The expression $ \frac{z_{1}}{z_{2}} $ can indeed be simplified to $ \frac{r_{1}}{r_{2}} [ \cos ( \theta_{1} - \theta_{2} )+ i \sin ( \theta_{1} - \theta_{2} ) ] $, given that $ z_{1}=r_{1}(\cos \theta_{1}+i \sin \theta_{1}) $ and $ z_{2}=r_{2}(\cos \theta_{2}+i \sin \theta_{2}) $, and $ z_{2} \neq 0 $. This proofs the division property of complex numbers in their polar form.
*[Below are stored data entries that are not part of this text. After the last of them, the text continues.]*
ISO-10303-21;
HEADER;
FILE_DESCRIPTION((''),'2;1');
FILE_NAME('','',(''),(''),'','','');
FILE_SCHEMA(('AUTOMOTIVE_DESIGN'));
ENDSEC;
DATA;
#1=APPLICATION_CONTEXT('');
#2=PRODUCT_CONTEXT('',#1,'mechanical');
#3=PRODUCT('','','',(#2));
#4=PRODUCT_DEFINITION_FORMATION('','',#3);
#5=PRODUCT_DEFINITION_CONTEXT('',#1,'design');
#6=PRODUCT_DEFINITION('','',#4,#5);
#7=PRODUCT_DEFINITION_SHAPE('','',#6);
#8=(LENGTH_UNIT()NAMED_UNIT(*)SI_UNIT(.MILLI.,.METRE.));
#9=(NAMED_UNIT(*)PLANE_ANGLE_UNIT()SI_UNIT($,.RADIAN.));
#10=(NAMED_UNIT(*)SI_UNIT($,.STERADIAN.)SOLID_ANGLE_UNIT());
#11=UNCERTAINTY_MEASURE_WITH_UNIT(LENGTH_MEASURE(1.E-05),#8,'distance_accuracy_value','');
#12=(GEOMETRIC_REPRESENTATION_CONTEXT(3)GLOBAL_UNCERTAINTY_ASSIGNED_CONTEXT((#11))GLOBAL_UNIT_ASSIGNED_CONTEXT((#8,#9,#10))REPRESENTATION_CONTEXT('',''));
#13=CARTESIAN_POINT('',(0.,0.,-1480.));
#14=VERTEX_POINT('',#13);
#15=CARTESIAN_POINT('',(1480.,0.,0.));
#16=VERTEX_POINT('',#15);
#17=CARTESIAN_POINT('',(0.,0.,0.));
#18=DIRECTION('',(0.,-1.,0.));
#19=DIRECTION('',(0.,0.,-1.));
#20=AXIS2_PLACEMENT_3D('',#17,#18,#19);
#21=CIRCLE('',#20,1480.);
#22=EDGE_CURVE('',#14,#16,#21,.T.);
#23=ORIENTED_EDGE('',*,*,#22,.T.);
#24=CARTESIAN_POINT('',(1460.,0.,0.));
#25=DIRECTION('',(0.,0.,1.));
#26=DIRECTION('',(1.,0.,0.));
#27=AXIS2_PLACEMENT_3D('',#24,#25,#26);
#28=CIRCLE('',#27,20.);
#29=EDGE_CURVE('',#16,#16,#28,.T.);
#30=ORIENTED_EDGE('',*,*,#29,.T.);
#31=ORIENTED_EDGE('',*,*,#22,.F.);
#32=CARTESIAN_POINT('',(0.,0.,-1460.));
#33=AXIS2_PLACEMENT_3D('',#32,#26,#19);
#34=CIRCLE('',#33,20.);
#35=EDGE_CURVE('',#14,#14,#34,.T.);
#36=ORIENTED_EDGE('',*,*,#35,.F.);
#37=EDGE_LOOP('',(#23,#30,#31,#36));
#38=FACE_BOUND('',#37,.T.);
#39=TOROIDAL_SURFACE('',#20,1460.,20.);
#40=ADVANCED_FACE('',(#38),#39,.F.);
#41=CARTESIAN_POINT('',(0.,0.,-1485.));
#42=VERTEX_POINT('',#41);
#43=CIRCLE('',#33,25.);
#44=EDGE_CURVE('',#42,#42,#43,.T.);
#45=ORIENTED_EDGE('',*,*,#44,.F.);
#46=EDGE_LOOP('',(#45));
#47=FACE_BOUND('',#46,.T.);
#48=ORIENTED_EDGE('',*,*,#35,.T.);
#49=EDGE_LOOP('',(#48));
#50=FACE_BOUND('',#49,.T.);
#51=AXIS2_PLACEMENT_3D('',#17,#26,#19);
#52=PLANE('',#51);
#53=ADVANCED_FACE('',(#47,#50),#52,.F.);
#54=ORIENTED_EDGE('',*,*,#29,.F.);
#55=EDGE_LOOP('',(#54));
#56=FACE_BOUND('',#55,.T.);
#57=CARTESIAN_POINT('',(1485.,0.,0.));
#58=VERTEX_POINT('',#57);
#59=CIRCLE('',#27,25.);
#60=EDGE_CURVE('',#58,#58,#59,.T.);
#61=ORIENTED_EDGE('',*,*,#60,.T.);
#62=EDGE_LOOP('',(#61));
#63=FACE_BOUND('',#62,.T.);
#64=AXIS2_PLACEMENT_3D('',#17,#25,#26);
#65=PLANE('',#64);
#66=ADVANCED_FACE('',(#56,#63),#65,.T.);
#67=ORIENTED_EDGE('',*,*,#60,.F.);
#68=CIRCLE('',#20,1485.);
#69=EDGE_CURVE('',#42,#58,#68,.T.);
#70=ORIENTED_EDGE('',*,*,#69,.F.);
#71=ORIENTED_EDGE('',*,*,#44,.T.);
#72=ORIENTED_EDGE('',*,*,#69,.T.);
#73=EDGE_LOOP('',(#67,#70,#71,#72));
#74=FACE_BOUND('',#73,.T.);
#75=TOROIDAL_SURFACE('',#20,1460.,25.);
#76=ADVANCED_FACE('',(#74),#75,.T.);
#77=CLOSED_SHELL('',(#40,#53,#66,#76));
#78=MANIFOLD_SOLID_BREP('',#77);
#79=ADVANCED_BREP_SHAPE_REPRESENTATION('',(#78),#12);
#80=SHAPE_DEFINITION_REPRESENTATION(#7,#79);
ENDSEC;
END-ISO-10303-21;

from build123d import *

# Parameters (mm, degrees)
SKETCH1_R      = 25
SKETCH1_R_2    = 20
REVOLVE1_ANGLE = 90


with BuildPart() as part:
    # Sketch1 → Revolve1 (revolve)
    with BuildSketch(Plane.XY):
        with Locations((1460, 0)):
            Circle(SKETCH1_R)
        with Locations((1460, 0)):
            Circle(SKETCH1_R_2, mode=Mode.SUBTRACT)
    revolve(axis=Axis((0, 0, 0), (0, 1, 0)), revolution_arc=REVOLVE1_ANGLE)


solid = part.part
1Step 1: Simplify left-side expression

Start with the left-hand side of the equation which is $ \frac{z_{1}}{z_{2}} $. This is the expression we will work on and try to simplify it to look like the right-side expression. This can be rewritten as $ \frac{r_{1}(\cos \theta_{1}+i \sin \theta_{1})}{r_{2}(\cos \theta_{2}+i \sin \theta_{2})} $.

2Step 2: Separate real and imaginary parts

Write the equation from Step 1 in the format of $ A + Bi $ where A is the real part and Bi is the imaginary part of the expression. This can be done by multiplying both numerator and denominator by the conjugate of the denominator. The resulting equation will be $ \frac{r_{1}r_{2}[(\cos \theta_{1} \cos \theta_{2} + \sin \theta_{1} \sin \theta_{2}) + i( \sin \theta_{1} \cos \theta_{2} - \cos \theta_{1} \sin \theta_{2})] }{r_{2}^{2}} $

3Step 3: Apply trigonometric identities

Now transform the expression by applying some trigonometric rules. Use the identity of cosine of difference and sine of difference, where $ \cos (A - B ) = \cos A \cos B + \sin A \sin B$ and $ \sin (A - B ) = \sin A \cos B - \cos A \sin B$. So it becomes $ \frac{r_{1}}{r_{2}} [ \cos ( \theta_{1} - \theta_{2} )+ i \sin ( \theta_{1} - \theta_{2} ) ] $

4Step 4: Final verification

The expression found in step 3 is the same as the right-hand side of the given equation.

Key Concepts

Complex Number DivisionTrigonometric IdentitiesPolar Form of Complex Numbers

Complex Number Division

Dividing complex numbers can often seem daunting at first, but breaking the process down step by step can make it easier to understand, especially when the numbers are in polar form. When we divide two complex numbers, we want to find the quotient of one by the other, represented in a format that is easy to analyze.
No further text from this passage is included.